Is what I am thinking correct here?  Thanks for any thoughts or comments on the situation.

Doug


----------



## alwysonvac (Apr 6, 2009)

No $95 charge for DVC owners and their guests. Only exchangers are charged the $95 fee.

Take a look at this thread regarding trades on the Disboards and Mouseowners - http://www.tugbbs.com/forums/showthread.php?t=93401


----------



## rickandcindy23 (Apr 6, 2009)

You might find that renting from a DVC owner is more than an exchange, especially for the larger units, and the weekends.


----------



## PortableTech (Apr 6, 2009)

Well, the trip we are looking to take is in November for me and my sons birthdays (1 Day apart) as such as are looking for a 3 night stay.  Based on the fact that HGVC does not even let me get less than a week of DVC in trade, and even if they did, I would have to pay the $100 or so exchange fee for nights, and then the $95 exchange fee to DVC, we are already $200 in cost before we even talk about the trade of my HGVC points.  It seems that people are renting HGVC points around $10/point in some places, and I have seen mentioned that it can go as low as $7/point it seems renting or working a deal for some HGVC points is a much better way to go unless I am missing something.
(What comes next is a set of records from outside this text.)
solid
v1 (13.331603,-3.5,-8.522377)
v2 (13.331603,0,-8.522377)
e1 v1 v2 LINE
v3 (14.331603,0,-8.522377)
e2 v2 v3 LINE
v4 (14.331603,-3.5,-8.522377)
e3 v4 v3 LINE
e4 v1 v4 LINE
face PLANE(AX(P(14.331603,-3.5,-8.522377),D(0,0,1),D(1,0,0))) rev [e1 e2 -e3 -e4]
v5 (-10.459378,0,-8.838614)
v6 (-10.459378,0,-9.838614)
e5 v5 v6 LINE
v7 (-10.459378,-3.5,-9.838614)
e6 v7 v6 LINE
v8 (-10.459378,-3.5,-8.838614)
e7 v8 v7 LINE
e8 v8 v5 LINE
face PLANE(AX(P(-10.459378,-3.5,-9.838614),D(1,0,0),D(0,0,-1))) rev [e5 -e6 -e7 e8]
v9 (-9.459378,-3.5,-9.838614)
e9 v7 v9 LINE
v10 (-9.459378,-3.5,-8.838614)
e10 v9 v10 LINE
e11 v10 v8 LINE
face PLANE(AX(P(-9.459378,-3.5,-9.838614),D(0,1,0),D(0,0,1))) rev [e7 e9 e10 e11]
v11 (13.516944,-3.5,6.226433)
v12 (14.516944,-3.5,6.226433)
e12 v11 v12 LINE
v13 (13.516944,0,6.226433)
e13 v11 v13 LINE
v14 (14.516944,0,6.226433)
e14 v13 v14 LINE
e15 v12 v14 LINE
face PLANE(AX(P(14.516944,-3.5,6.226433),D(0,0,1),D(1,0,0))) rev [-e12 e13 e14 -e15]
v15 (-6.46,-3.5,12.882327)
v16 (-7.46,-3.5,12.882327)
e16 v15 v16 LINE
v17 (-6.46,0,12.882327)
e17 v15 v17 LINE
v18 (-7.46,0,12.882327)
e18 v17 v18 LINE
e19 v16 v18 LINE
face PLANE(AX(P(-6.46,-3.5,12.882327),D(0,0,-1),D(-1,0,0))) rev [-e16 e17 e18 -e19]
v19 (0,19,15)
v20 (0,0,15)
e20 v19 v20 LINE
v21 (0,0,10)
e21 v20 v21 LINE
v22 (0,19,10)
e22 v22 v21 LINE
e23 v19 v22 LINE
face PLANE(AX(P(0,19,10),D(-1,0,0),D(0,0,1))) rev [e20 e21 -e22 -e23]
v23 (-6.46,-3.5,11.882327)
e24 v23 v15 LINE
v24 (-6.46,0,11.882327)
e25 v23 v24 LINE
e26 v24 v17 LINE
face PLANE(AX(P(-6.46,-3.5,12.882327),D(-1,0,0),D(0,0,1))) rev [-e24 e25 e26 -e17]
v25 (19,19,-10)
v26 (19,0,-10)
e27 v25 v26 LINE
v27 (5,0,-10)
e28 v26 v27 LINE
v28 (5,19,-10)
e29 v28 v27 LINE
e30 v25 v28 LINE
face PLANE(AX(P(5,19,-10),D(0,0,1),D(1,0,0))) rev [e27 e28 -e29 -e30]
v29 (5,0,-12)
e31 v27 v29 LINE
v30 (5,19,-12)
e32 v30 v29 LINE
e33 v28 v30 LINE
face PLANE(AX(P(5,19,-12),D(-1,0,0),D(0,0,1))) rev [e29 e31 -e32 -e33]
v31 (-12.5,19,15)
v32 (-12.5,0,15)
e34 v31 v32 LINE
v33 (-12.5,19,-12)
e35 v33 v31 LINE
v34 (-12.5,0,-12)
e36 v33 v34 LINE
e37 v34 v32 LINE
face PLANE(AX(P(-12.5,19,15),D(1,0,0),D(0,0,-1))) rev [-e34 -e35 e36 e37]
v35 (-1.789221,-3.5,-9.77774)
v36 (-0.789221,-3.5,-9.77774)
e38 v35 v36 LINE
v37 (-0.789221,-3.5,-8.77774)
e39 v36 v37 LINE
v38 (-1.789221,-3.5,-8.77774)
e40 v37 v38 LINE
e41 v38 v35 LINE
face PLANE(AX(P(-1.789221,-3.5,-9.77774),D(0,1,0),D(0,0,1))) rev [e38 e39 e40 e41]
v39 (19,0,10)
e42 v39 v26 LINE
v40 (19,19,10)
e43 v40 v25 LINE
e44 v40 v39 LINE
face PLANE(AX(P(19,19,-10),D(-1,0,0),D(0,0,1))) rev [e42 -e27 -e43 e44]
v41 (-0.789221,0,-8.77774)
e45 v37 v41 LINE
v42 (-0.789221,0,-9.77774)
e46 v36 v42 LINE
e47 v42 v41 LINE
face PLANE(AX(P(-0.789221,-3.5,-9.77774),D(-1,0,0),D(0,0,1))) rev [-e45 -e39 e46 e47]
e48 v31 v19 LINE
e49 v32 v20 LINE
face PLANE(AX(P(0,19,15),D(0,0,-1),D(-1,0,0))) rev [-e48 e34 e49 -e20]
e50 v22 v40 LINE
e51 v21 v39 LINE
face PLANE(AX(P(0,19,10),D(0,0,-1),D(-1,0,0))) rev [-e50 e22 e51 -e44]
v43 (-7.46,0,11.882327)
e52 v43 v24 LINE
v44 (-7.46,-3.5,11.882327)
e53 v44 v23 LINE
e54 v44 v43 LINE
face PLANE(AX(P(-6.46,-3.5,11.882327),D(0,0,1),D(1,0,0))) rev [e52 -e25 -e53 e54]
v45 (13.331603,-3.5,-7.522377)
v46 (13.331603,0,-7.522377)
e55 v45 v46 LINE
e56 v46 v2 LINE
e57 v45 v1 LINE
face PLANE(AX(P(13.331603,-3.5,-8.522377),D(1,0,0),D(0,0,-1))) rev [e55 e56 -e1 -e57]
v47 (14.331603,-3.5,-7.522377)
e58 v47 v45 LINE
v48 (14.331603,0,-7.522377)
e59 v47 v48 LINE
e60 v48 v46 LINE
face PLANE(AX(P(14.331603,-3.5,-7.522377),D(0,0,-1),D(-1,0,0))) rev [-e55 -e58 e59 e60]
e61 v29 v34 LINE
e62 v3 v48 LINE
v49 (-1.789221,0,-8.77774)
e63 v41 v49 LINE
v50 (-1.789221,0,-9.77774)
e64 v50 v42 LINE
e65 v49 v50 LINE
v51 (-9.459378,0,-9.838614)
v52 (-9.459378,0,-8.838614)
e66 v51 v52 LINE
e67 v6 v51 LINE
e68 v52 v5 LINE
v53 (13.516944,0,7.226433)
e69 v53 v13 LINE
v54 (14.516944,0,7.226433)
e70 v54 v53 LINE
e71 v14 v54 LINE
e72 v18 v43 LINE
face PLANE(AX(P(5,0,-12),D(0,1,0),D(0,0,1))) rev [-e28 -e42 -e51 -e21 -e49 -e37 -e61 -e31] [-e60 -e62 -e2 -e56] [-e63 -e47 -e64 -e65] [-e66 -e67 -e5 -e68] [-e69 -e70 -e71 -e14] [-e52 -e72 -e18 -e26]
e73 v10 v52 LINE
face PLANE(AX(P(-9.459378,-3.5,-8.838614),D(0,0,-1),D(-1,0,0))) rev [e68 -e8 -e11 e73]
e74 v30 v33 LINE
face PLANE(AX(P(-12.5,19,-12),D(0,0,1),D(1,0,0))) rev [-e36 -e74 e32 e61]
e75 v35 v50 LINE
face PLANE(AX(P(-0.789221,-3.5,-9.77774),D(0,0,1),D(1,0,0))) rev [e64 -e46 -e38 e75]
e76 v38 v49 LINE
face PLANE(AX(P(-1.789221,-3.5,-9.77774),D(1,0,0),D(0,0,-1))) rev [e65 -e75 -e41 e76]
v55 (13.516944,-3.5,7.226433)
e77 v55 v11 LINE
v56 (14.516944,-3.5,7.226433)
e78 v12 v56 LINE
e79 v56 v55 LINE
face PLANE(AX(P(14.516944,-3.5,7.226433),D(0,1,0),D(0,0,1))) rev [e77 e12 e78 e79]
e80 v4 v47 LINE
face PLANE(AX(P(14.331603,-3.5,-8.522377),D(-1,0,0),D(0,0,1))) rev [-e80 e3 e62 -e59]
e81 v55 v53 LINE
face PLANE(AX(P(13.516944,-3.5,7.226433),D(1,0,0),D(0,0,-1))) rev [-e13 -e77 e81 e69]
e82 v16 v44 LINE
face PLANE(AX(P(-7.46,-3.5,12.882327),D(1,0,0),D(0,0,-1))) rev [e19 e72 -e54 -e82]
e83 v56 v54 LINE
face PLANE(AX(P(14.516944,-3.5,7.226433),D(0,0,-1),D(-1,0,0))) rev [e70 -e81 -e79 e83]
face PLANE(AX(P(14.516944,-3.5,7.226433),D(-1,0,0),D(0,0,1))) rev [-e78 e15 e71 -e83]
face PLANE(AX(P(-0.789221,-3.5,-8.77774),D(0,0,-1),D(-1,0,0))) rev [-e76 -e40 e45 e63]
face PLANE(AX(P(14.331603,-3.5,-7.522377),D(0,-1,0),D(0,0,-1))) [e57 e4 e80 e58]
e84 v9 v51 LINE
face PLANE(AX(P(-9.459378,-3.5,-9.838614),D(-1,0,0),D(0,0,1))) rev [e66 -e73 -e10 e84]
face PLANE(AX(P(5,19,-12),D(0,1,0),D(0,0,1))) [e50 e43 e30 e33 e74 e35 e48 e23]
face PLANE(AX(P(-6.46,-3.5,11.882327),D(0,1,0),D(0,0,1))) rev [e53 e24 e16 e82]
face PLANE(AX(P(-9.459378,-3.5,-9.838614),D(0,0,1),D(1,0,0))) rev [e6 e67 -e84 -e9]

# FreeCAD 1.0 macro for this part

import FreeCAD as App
import Part
import Sketcher
from FreeCAD import Vector

doc = App.newDocument("Part")
body = doc.addObject("PartDesign::Body", "Body")

# Sketch on XZ plane
sketch1 = body.newObject("Sketcher::SketchObject", "Sketch")
sketch1.AttachmentSupport = (doc.getObject("XZ_Plane"), [""])
sketch1.MapMode = "FlatFace"
sketch1.addGeometry([
    Part.LineSegment(Vector(19, -10, 0), Vector(5, -10, 0)),  # 0
    Part.LineSegment(Vector(5, -10, 0), Vector(5, -12, 0)),  # 1
    Part.LineSegment(Vector(5, -12, 0), Vector(-12.5, -12, 0)),  # 2
    Part.LineSegment(Vector(-12.5, -12, 0), Vector(-12.5, 15, 0)),  # 3
    Part.LineSegment(Vector(-12.5, 15, 0), Vector(0, 15, 0)),  # 4
    Part.LineSegment(Vector(0, 15, 0), Vector(0, 10, 0)),  # 5
    Part.LineSegment(Vector(0, 10, 0), Vector(19, 10, 0)),  # 6
    Part.LineSegment(Vector(19, 10, 0), Vector(19, -10, 0)),  # 7
], False)
sketch1.addConstraint([
    Sketcher.Constraint("Coincident", 0, 2, 1, 1),
    Sketcher.Constraint("Coincident", 1, 2, 2, 1),
    Sketcher.Constraint("Coincident", 2, 2, 3, 1),
    Sketcher.Constraint("Coincident", 3, 2, 4, 1),
    Sketcher.Constraint("Coincident", 4, 2, 5, 1),
    Sketcher.Constraint("Coincident", 5, 2, 6, 1),
    Sketcher.Constraint("Coincident", 6, 2, 7, 1),
    Sketcher.Constraint("Coincident", 7, 2, 0, 1),
    Sketcher.Constraint("Horizontal", 0),
    Sketcher.Constraint("Vertical", 1),
    Sketcher.Constraint("Horizontal", 2),
    Sketcher.Constraint("Vertical", 3),
    Sketcher.Constraint("Horizontal", 4),
    Sketcher.Constraint("Vertical", 5),
    Sketcher.Constraint("Horizontal", 6),
    Sketcher.Constraint("Vertical", 7),
    Sketcher.Constraint("PointOnObject", 4, 2, -2),
    Sketcher.Constraint("DistanceX", 0, 2, 0, 1, 14.0),
    Sketcher.Constraint("DistanceX", 6, 1, 6, 2, 19.0),
    Sketcher.Constraint("DistanceY", 1, 2, 1, 1, 2.0),
    Sketcher.Constraint("DistanceY", 3, 1, 3, 2, 27.0),
    Sketcher.Constraint("DistanceY", 5, 2, 5, 1, 5.0),
    Sketcher.Constraint("DistanceX", 2, 2, 2, 1, 17.5),
    Sketcher.Constraint("DistanceY", 0, 2, -1, 1, 10.0),
])
pad1 = body.newObject("PartDesign::Pad", "Pad")
pad1.Profile = sketch1
pad1.Length = 19
pad1.Reversed = True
Does DVC charge the owner a reservation fee?

Doug


----------



## rickandcindy23 (Apr 6, 2009)

Most DVC owners charge $12-14 per point.  They don't have to pay a reservation fee, though.


----------



## JonathanIT (Apr 7, 2009)

Doug said:


> Well, the trip we are looking to take is in November for me and my sons birthdays (1 Day apart) as such as are looking for a 3 night stay.  Based on the fact that HGVC does not even let me get less than a week of DVC in trade, and even if they did, I would have to pay the $100 or so exchange fee for nights, and then the $95 exchange fee to DVC, we are already $200 in cost before we even talk about the trade of my HGVC points.
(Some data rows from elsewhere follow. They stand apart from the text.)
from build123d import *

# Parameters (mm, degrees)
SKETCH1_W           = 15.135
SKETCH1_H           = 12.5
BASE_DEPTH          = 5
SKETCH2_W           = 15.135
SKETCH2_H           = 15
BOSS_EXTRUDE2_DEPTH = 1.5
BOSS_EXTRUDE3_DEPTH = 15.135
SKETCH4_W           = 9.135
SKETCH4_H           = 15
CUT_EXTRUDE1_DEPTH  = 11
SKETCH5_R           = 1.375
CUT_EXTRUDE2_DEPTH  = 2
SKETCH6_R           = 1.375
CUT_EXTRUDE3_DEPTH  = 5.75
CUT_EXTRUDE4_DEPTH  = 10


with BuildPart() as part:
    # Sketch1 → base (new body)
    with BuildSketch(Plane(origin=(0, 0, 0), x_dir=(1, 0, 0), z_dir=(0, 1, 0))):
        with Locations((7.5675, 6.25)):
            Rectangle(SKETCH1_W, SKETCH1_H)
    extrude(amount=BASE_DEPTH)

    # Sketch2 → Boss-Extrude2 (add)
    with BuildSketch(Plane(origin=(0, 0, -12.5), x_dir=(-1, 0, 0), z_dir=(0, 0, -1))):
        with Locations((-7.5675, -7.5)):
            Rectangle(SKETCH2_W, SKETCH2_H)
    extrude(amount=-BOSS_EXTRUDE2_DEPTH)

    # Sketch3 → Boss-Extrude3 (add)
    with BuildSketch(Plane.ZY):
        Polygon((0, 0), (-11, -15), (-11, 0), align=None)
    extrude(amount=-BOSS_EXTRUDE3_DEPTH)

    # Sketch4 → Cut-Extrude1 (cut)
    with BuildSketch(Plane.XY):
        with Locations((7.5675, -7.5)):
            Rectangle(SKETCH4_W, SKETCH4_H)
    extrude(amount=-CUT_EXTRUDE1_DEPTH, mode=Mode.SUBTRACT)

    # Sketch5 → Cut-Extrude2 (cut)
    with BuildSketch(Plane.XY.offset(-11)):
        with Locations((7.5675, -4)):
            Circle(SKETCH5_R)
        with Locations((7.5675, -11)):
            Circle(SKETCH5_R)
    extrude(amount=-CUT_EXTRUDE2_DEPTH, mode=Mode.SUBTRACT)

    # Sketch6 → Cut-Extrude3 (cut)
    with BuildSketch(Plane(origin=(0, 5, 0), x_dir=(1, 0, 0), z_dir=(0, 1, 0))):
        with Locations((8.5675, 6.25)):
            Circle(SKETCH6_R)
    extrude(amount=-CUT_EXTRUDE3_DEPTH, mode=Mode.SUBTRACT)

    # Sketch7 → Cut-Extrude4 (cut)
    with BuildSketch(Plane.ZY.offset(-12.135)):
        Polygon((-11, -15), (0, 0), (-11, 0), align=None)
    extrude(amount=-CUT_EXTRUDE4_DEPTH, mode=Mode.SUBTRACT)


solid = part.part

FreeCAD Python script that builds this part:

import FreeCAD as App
import Part
import Sketcher
from FreeCAD import Vector


def add_polygon(sketch, points):
    """Adds a closed chain of lines whose ends are joined by coincident constraints."""
    first, n = sketch.GeometryCount, len(points)
    for a, b in zip(points, points[1:] + points[:1]):
        sketch.addGeometry(Part.LineSegment(App.Vector(*a, 0), App.Vector(*b, 0)), False)
    for i in range(n):
        sketch.addConstraint(Sketcher.Constraint("Coincident", first + i, 2, first + (i + 1) % n, 1))

doc = App.newDocument("Part")
body = doc.addObject("PartDesign::Body", "Body")

# Sketch on XZ plane
sketch1 = body.newObject("Sketcher::SketchObject", "Sketch")
sketch1.AttachmentSupport = (doc.getObject("XZ_Plane"), [""])
sketch1.MapMode = "FlatFace"
add_polygon(sketch1, [(0, -12.5), (0, 0), (15.135, 0), (15.135, -12.5)])  # lines 0-3
sketch1.addConstraint(Sketcher.Constraint("Vertical", 0))
sketch1.addConstraint(Sketcher.Constraint("Horizontal", 1))
sketch1.addConstraint(Sketcher.Constraint("Vertical", 2))
sketch1.addConstraint(Sketcher.Constraint("Horizontal", 3))
sketch1.addConstraint(Sketcher.Constraint("Coincident", 0, 2, -1, 1))
sketch1.addConstraint(Sketcher.Constraint("DistanceY", 0, 1, 0, 2, 12.5))
sketch1.addConstraint(Sketcher.Constraint("DistanceX", 1, 1, 1, 2, 15.135))
pad1 = body.newObject("PartDesign::Pad", "Pad")
pad1.Profile = sketch1
pad1.Length = 5
pad1.Reversed = True

# Sketch on XY plane
sketch2 = body.newObject("Sketcher::SketchObject", "Sketch001")
sketch2.AttachmentSupport = (doc.getObject("XY_Plane"), [""])
sketch2.MapMode = "FlatFace"
sketch2.AttachmentOffset = App.Placement(Vector(0, 0, -12.5), App.Rotation())
add_polygon(sketch2, [(15.135, 0), (15.135, -15), (0, -15), (0, 0)])  # lines 0-3
sketch2.addConstraint(Sketcher.Constraint("Vertical", 0))
sketch2.addConstraint(Sketcher.Constraint("Horizontal", 1))
sketch2.addConstraint(Sketcher.Constraint("Vertical", 2))
sketch2.addConstraint(Sketcher.Constraint("Horizontal", 3))
sketch2.addConstraint(Sketcher.Constraint("Coincident", 2, 2, -1, 1))
sketch2.addConstraint(Sketcher.Constraint("DistanceY", 0, 2, 0, 1, 15.0))
sketch2.addConstraint(Sketcher.Constraint("DistanceX", 1, 2, 1, 1, 15.135))
pad2 = body.newObject("PartDesign::Pad", "Pad001")
pad2.Profile = sketch2
pad2.Length = 1.5

# Sketch on YZ plane
sketch3 = body.newObject("Sketcher::SketchObject", "Sketch002")
sketch3.AttachmentSupport = (doc.getObject("YZ_Plane"), [""])
sketch3.MapMode = "FlatFace"
add_polygon(sketch3, [(-15, -11), (0, 0), (0, -11)])  # lines 0-2
sketch3.addConstraint(Sketcher.Constraint("Vertical", 1))
sketch3.addConstraint(Sketcher.Constraint("Horizontal", 2))
sketch3.addConstraint(Sketcher.Constraint("Coincident", 0, 2, -1, 1))
sketch3.addConstraint(Sketcher.Constraint("DistanceX", 2, 2, 2, 1, 15.0))
sketch3.addConstraint(Sketcher.Constraint("DistanceY", 1, 2, 1, 1, 11.0))
pad3 = body.newObject("PartDesign::Pad", "Pad002")
pad3.Profile = sketch3
pad3.Length = 15.135

# Sketch on XY plane
sketch4 = body.newObject("Sketcher::SketchObject", "Sketch003")
sketch4.AttachmentSupport = (doc.getObject("XY_Plane"), [""])
sketch4.MapMode = "FlatFace"
add_polygon(sketch4, [(3, 0), (3, -15), (12.135, -15), (12.135, 0)])  # lines 0-3
sketch4.addConstraint(Sketcher.Constraint("Vertical", 0))
sketch4.addConstraint(Sketcher.Constraint("Horizontal", 1))
sketch4.addConstraint(Sketcher.Constraint("Vertical", 2))
sketch4.addConstraint(Sketcher.Constraint("Horizontal", 3))
sketch4.addConstraint(Sketcher.Constraint("PointOnObject", 2, 2, -1))
sketch4.addConstraint(Sketcher.Constraint("DistanceY", 0, 2, 0, 1, 15.0))
sketch4.addConstraint(Sketcher.Constraint("DistanceX", -1, 1, 0, 2, 3.0))
sketch4.addConstraint(Sketcher.Constraint("DistanceX", 1, 1, 1, 2, 9.135))
pocket1 = body.newObject("PartDesign::Pocket", "Pocket")
pocket1.Profile = sketch4
pocket1.Length = 11

# Sketch on XY plane
sketch5 = body.newObject("Sketcher::SketchObject", "Sketch004")
sketch5.AttachmentSupport = (doc.getObject("XY_Plane"), [""])
sketch5.MapMode = "FlatFace"
sketch5.AttachmentOffset = App.Placement(Vector(0, 0, -11), App.Rotation())
sketch5.addGeometry(Part.Circle(Vector(7.5675, -4, 0), Vector(0, 0, 1), 1.375), False)
sketch5.addGeometry(Part.Circle(Vector(7.5675, -11, 0), Vector(0, 0, 1), 1.375), False)
sketch5.addConstraint(Sketcher.Constraint("Equal", 0, 1))
sketch5.addConstraint(Sketcher.Constraint("Vertical", 0, 3, 1, 3))
sketch5.addConstraint(Sketcher.Constraint("Diameter", 0, 2.75))
sketch5.addConstraint(Sketcher.Constraint("DistanceY", 0, 3, -1, 1, 4.0))
sketch5.addConstraint(Sketcher.Constraint("DistanceY", 1, 3, -1, 1, 11.0))
sketch5.addConstraint(Sketcher.Constraint("DistanceX", -1, 1, 0, 3, 7.5675))
pocket2 = body.newObject("PartDesign::Pocket", "Pocket001")
pocket2.Profile = sketch5
pocket2.Length = 2

# Sketch on XZ plane
sketch6 = body.newObject("Sketcher::SketchObject", "Sketch005")
sketch6.AttachmentSupport = (doc.getObject("XZ_Plane"), [""])
sketch6.MapMode = "FlatFace"
sketch6.AttachmentOffset = App.Placement(Vector(0, 0, -5), App.Rotation())
sketch6.addGeometry(Part.Circle(Vector(8.5675, -6.25, 0), Vector(0, 0, 1), 1.375), False)
sketch6.addConstraint(Sketcher.Constraint("Diameter", 0, 2.75))
sketch6.addConstraint(Sketcher.Constraint("DistanceY", 0, 3, -1, 1, 6.25))
sketch6.addConstraint(Sketcher.Constraint("DistanceX", -1, 1, 0, 3, 8.5675))
pocket3 = body.newObject("PartDesign::Pocket", "Pocket002")
pocket3.Profile = sketch6
pocket3.Length = 5.75
pocket3.Reversed = True

# Sketch on YZ plane
sketch7 = body.newObject("Sketcher::SketchObject", "Sketch006")
sketch7.AttachmentSupport = (doc.getObject("YZ_Plane"), [""])
sketch7.MapMode = "FlatFace"
sketch7.AttachmentOffset = App.Placement(Vector(0, 0, 12.135), App.Rotation())
add_polygon(sketch7, [(-15, -11), (0, 0), (0, -11)])  # lines 0-2
sketch7.addConstraint(Sketcher.Constraint("Vertical", 1))
sketch7.addConstraint(Sketcher.Constraint("Horizontal", 2))
sketch7.addConstraint(Sketcher.Constraint("Coincident", 0, 2, -1, 1))
sketch7.addConstraint(Sketcher.Constraint("DistanceX", 2, 2, 2, 1, 15.0))
sketch7.addConstraint(Sketcher.Constraint("DistanceY", 1, 2, 1, 1, 11.0))
pocket4 = body.newObject("PartDesign::Pocket", "Pocket003")
pocket4.Profile = sketch7
pocket4.Length = 10
pocket4.Reversed = True

doc.recompute()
The cost to reserve or search with RCI through HGVC is $164 upfront.  The $95 DVC fee is due to the resort when you check-in.  So direct through HGVC, the out of pocket cash price is $259 + points.  But the point rate (1BR=3,400/wk, 2BR=4,800/wk) is very generous, IMO, considering the cost to rent DVC from Disney.  

If you really want to stay on WDW property, using your HGVC points might be the cheapest option even if you book for a week but stay for less.  I think your biggest obstacle when booking through HGVC/RCI is availability, since you are looking at specific dates.  The availability of DVC through RCI anytime is extremely limited.  Have you called yet to see if your dates are even available?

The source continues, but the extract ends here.